--- TASK TO COMPLETE ---
Count how many lines in the data hold "rotate". Only the number.

Stored items:
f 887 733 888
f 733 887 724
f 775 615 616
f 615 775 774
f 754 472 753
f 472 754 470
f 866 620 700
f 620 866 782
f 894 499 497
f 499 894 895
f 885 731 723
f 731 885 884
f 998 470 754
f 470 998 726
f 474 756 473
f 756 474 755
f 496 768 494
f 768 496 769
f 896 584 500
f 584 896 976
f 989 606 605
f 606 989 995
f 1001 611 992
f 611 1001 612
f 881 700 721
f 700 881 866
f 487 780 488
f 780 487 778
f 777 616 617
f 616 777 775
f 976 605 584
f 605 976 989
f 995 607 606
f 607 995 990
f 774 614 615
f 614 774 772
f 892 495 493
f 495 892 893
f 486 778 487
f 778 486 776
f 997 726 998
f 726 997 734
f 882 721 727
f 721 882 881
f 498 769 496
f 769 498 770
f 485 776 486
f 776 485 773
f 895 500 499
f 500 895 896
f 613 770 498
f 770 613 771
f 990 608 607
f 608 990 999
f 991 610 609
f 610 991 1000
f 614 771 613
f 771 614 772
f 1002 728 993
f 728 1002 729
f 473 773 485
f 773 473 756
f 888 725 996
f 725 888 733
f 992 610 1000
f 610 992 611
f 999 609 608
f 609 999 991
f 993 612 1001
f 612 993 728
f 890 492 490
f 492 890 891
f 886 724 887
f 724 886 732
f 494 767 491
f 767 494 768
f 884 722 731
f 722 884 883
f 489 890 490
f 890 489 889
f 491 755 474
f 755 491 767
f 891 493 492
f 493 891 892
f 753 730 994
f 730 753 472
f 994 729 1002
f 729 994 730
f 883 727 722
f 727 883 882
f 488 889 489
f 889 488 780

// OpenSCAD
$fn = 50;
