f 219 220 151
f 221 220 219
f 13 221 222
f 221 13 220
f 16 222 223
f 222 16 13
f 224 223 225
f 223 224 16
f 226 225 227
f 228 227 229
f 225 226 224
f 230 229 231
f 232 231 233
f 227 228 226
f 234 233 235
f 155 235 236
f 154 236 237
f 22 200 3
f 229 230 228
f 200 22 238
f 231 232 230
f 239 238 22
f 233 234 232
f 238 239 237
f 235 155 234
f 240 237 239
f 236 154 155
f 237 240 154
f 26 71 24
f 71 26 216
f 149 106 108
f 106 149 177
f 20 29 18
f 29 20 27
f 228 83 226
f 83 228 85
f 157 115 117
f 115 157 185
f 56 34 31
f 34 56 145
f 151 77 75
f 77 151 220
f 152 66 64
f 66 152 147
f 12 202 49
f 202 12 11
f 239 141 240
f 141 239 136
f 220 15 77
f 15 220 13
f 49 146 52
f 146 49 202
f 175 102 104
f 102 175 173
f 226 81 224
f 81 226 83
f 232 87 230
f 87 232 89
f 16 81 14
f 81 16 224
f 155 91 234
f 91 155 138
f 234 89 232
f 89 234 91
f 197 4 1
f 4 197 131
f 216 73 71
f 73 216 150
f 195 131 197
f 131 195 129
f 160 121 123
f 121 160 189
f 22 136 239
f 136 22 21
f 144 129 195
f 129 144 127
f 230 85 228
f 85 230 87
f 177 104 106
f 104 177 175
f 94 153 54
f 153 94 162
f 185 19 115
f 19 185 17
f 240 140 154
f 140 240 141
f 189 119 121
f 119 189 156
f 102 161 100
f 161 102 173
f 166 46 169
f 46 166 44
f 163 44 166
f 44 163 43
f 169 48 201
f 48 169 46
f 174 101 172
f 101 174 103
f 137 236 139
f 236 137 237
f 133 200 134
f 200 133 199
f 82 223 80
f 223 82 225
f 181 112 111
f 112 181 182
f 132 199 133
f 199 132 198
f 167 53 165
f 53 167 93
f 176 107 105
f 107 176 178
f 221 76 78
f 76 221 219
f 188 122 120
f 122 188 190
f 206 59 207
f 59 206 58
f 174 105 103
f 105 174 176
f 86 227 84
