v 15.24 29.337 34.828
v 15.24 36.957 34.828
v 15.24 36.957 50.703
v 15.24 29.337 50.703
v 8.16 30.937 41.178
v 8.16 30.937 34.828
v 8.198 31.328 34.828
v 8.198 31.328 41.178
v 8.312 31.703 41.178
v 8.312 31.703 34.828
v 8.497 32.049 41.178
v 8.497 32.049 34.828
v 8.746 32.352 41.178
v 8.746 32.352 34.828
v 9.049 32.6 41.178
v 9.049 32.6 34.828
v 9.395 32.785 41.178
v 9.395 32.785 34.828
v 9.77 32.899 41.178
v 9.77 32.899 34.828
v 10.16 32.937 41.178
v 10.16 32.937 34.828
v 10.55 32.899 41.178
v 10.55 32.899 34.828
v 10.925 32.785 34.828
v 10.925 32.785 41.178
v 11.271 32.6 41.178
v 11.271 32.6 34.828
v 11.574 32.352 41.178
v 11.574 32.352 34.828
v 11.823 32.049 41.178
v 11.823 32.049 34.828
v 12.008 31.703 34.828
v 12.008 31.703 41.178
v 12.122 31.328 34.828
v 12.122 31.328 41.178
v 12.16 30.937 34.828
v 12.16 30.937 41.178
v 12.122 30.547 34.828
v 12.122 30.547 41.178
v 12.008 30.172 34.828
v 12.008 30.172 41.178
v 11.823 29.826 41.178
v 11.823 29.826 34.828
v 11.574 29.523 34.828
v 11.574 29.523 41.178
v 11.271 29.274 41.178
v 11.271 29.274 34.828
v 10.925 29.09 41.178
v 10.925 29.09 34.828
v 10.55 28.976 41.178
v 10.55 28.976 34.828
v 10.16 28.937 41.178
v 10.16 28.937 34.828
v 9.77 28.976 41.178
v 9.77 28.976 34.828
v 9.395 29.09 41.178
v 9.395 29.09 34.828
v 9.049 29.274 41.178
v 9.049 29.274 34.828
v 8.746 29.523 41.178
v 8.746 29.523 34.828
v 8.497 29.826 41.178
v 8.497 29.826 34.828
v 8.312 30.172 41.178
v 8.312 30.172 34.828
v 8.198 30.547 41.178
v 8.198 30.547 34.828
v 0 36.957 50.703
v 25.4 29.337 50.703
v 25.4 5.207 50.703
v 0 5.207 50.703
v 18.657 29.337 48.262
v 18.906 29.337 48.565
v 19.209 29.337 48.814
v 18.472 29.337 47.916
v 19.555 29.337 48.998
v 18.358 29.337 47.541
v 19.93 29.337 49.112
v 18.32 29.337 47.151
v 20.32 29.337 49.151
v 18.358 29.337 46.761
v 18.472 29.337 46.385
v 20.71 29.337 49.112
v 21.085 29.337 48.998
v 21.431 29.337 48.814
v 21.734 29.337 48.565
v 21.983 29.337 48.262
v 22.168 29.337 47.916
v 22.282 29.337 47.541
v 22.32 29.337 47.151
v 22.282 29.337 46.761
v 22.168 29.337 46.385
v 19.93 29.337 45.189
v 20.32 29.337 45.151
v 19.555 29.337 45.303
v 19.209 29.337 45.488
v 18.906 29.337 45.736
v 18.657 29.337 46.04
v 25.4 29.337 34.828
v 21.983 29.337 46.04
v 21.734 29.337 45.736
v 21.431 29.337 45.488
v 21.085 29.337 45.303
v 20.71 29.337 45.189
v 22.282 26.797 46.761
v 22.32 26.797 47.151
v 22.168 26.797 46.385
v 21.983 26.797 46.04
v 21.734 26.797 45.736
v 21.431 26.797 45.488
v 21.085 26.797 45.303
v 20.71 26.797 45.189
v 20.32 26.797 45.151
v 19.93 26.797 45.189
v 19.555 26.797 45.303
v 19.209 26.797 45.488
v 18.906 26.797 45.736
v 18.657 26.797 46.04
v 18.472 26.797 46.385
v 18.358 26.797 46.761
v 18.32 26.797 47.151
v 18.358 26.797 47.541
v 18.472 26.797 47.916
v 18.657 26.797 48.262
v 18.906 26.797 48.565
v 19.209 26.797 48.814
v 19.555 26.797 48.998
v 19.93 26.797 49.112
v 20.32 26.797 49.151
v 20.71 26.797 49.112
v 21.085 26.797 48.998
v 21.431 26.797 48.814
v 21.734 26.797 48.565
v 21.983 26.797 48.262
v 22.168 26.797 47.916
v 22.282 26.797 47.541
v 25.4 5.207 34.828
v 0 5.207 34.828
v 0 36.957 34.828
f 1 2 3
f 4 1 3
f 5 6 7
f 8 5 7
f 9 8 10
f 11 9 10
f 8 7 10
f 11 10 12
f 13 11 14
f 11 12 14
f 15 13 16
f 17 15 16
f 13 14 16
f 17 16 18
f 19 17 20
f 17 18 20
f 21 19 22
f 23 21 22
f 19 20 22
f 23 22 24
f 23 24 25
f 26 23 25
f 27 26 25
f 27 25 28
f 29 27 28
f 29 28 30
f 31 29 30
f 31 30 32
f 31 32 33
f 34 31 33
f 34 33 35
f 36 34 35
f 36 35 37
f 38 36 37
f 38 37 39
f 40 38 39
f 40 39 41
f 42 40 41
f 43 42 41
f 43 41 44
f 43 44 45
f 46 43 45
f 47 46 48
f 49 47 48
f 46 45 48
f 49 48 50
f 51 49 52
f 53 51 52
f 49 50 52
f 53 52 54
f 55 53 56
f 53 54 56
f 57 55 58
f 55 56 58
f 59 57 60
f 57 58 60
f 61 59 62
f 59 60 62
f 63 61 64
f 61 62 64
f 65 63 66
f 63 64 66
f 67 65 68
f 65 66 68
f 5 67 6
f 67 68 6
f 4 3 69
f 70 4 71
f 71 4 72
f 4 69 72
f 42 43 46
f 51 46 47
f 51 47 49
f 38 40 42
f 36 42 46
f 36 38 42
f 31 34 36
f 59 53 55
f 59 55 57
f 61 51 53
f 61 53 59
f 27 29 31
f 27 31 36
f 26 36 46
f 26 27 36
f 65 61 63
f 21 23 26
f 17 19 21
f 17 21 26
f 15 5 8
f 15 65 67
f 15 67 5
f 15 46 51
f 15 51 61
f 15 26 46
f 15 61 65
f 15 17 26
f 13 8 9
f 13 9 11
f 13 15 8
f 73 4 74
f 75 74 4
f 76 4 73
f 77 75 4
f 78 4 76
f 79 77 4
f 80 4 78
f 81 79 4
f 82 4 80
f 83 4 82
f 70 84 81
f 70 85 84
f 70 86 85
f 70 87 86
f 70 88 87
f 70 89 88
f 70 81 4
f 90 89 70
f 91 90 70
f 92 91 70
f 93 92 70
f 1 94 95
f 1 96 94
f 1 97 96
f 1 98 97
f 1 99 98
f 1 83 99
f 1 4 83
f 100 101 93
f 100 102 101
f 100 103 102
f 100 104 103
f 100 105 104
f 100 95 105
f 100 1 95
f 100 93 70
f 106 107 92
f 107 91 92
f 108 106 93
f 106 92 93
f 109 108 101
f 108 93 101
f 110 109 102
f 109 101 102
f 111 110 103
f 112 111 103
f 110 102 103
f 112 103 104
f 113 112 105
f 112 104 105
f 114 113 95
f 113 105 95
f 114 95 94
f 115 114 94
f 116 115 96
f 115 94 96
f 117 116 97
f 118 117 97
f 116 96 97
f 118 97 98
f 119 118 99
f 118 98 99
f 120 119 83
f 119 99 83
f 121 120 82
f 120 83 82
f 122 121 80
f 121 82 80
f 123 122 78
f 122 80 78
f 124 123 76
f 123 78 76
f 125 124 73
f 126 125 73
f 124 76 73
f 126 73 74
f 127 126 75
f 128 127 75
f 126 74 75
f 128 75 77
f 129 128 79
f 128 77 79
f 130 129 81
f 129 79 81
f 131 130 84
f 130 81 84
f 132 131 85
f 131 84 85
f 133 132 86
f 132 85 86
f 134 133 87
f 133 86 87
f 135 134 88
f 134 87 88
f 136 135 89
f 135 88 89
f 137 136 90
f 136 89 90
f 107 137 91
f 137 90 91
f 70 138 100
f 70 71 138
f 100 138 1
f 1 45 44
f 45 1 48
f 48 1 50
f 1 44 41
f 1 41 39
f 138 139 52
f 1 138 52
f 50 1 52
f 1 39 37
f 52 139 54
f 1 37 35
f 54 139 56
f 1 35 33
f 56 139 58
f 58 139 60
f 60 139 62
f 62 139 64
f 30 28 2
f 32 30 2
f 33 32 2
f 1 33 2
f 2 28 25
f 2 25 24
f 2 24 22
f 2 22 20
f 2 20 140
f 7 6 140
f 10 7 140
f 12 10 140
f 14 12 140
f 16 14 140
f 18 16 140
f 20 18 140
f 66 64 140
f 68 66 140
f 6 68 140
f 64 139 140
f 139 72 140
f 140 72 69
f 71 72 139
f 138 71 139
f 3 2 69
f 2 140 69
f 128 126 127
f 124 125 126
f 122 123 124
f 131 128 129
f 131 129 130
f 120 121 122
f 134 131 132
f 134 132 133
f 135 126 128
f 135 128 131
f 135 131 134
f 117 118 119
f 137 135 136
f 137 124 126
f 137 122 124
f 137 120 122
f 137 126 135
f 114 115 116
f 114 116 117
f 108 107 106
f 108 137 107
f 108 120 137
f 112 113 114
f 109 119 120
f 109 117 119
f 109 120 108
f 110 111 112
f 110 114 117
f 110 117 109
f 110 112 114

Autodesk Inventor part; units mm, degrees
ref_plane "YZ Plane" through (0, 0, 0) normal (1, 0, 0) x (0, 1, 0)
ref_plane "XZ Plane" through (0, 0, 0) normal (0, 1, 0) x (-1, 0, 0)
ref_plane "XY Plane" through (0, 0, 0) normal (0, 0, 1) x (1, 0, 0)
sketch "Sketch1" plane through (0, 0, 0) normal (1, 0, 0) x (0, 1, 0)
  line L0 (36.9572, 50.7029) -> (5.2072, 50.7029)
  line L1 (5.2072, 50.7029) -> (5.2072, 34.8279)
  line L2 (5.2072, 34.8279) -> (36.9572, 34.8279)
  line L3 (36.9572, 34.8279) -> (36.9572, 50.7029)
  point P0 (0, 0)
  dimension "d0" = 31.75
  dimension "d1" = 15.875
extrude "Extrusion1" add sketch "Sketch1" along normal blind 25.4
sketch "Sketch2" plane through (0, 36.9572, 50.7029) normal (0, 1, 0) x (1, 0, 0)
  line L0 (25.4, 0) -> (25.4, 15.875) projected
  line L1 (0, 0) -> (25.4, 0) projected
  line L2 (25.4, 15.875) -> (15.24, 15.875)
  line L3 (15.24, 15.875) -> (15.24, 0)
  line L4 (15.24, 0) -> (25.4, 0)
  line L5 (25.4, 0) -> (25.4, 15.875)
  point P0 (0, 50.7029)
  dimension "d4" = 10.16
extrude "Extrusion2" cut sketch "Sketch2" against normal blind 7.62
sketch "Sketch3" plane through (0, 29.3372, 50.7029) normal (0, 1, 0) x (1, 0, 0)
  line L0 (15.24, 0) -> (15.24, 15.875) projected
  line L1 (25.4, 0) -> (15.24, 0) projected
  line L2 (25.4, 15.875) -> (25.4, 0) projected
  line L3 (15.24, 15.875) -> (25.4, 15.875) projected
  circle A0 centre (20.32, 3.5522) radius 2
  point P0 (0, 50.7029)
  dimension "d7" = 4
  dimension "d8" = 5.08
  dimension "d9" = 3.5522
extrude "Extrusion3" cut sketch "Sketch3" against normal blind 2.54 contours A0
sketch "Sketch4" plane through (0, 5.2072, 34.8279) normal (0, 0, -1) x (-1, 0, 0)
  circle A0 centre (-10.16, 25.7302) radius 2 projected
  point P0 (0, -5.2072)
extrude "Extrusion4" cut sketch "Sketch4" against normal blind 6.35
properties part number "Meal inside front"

==

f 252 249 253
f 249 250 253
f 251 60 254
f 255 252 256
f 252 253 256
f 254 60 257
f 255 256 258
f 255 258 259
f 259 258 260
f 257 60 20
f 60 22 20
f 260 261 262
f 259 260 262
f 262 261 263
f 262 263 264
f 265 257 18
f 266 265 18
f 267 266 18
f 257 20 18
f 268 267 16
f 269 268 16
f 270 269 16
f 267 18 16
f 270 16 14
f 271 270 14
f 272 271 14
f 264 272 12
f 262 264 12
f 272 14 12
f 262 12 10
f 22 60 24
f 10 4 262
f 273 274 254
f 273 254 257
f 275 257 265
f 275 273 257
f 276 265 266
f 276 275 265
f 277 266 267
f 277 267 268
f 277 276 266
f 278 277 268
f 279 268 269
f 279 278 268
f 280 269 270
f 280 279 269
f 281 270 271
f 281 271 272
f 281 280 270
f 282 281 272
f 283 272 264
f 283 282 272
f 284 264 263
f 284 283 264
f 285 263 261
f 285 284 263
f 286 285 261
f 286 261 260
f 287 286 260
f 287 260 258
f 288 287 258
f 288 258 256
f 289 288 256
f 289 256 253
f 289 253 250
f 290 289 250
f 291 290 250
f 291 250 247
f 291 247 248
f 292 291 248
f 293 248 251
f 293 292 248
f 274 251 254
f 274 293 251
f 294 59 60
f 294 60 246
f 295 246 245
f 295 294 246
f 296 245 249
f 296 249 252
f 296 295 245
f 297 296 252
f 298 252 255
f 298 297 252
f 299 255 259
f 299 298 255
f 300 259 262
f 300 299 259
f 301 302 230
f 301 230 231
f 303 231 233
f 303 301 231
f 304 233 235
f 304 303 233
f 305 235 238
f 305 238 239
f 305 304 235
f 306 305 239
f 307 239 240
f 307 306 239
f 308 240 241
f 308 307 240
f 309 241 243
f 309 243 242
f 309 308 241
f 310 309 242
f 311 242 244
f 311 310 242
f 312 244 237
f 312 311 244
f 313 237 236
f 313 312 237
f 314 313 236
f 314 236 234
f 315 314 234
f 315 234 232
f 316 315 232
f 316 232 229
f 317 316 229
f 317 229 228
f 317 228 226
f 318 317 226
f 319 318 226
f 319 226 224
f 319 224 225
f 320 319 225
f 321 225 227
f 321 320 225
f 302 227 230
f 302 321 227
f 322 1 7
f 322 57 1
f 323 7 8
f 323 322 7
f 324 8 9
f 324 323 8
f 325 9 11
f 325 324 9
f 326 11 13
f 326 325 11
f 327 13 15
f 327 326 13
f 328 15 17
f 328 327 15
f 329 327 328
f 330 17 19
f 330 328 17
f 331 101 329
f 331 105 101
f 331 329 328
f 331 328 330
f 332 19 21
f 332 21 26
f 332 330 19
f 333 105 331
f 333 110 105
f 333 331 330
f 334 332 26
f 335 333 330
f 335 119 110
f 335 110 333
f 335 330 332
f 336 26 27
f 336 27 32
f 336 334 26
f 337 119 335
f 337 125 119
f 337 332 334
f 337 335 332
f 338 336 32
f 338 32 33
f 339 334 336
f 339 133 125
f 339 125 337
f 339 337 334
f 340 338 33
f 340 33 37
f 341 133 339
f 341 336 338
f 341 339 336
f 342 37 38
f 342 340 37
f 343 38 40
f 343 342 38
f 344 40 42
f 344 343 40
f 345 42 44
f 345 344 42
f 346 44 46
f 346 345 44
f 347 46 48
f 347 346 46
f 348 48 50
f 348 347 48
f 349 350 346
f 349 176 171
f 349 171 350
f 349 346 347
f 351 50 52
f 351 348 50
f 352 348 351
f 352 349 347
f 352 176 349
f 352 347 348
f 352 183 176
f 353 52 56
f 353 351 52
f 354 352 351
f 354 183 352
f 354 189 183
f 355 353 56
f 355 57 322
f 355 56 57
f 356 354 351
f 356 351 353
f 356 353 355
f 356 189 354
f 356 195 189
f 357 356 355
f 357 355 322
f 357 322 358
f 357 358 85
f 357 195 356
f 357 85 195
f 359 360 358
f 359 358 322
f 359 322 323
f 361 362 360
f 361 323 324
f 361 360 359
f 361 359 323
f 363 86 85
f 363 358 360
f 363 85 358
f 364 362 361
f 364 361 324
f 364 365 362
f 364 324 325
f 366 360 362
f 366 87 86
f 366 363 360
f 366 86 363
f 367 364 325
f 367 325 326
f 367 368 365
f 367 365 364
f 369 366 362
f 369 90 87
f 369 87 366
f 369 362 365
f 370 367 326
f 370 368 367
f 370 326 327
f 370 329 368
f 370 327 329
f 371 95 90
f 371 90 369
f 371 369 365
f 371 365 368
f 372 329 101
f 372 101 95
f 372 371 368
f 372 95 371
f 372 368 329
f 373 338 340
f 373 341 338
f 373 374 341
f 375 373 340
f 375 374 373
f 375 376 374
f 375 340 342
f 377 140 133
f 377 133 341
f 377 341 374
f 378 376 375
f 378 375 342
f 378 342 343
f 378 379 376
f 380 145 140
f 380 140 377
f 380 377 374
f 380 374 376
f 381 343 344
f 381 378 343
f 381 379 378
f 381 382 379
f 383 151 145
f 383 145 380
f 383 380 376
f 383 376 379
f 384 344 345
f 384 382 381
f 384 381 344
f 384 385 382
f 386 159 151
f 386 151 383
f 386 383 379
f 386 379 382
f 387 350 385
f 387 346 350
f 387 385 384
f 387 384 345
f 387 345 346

* * *

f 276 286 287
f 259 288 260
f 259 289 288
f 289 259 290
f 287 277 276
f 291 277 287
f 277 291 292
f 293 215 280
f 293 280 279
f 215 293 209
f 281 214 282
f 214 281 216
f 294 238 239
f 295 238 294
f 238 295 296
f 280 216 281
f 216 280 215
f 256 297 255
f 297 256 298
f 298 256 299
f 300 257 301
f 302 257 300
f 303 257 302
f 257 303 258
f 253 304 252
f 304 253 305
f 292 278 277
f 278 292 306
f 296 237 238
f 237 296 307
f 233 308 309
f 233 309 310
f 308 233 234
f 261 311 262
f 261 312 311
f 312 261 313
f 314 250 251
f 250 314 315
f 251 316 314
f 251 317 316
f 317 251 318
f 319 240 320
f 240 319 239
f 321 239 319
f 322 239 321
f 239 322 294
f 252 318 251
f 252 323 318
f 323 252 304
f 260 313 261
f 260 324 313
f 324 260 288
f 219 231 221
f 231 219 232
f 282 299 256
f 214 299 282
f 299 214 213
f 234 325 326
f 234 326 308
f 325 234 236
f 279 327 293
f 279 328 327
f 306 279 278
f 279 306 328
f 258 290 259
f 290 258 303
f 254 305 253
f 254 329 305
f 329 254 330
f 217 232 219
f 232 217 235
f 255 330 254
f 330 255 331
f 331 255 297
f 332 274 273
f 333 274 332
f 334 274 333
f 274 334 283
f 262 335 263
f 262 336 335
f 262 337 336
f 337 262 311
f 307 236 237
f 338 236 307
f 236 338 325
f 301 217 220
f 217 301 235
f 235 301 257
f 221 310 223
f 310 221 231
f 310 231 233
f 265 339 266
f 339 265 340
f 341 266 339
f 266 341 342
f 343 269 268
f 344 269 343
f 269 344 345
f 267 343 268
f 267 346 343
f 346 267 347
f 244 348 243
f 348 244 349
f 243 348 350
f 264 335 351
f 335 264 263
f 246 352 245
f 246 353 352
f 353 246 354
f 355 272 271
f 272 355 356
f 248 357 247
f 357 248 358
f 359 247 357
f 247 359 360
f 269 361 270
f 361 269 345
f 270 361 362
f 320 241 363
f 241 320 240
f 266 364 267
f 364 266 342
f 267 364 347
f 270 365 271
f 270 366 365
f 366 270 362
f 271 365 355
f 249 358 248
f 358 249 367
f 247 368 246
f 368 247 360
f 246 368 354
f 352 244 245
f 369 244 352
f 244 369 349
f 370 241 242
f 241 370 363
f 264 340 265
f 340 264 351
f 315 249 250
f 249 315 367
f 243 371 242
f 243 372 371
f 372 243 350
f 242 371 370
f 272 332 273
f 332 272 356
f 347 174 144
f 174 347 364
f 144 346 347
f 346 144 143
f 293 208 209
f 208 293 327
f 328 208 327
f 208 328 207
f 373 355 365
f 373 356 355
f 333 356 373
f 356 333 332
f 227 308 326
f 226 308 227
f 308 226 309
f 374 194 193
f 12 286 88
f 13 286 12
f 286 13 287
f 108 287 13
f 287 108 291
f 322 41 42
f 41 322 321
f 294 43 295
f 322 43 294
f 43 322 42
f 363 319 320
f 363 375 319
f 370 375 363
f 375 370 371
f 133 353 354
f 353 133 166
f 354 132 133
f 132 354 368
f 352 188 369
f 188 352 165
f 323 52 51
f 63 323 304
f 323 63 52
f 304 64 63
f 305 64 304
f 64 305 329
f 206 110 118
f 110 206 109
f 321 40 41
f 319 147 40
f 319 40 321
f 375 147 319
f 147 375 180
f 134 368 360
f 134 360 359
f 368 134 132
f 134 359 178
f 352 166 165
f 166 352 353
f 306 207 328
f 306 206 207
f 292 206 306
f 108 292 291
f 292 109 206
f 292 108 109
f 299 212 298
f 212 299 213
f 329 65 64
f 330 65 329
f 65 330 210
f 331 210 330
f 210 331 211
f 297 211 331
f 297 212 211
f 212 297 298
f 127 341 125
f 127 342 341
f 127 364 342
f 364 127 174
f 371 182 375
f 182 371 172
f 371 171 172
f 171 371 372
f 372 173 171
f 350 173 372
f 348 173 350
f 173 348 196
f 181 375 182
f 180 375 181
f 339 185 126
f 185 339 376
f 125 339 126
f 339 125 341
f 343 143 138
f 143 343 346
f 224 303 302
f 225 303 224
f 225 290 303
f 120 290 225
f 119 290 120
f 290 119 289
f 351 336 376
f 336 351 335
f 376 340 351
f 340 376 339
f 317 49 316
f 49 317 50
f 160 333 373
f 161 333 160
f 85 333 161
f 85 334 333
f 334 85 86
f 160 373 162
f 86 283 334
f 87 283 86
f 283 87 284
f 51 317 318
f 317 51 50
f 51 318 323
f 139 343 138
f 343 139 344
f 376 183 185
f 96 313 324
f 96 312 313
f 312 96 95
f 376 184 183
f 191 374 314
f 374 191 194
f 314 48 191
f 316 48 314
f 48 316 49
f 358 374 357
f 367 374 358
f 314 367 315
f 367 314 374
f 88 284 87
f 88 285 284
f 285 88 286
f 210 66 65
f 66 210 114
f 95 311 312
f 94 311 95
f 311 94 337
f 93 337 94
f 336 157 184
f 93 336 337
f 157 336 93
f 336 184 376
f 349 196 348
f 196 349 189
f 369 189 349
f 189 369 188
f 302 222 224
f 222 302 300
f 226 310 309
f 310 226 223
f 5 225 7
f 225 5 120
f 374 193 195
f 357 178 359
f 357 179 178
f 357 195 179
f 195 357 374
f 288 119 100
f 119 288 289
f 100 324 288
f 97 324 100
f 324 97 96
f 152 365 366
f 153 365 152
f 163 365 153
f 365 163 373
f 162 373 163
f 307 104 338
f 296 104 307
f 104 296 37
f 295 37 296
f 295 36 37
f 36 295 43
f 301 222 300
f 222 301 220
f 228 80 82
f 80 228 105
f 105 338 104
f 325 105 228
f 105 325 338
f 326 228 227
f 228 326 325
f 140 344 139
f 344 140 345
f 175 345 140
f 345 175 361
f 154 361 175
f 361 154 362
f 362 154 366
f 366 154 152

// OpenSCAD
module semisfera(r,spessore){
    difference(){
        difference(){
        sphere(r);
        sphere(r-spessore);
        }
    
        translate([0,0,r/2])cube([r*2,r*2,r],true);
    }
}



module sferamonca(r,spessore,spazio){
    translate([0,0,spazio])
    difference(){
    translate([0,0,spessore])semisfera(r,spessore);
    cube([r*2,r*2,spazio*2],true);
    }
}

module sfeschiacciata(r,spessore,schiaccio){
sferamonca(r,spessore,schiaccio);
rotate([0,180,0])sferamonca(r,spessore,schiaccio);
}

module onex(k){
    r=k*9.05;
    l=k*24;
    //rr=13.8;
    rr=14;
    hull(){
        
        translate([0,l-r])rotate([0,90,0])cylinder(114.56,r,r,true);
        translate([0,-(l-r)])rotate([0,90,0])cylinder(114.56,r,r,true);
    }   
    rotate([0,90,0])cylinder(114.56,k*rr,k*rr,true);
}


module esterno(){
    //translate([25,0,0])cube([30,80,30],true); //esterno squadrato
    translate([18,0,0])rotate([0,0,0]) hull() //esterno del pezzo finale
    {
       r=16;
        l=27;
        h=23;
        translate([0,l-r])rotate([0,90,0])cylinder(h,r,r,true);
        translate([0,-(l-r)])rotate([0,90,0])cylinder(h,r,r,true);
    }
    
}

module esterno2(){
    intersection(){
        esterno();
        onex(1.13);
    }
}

--- WRITTEN RESPONSE ---
7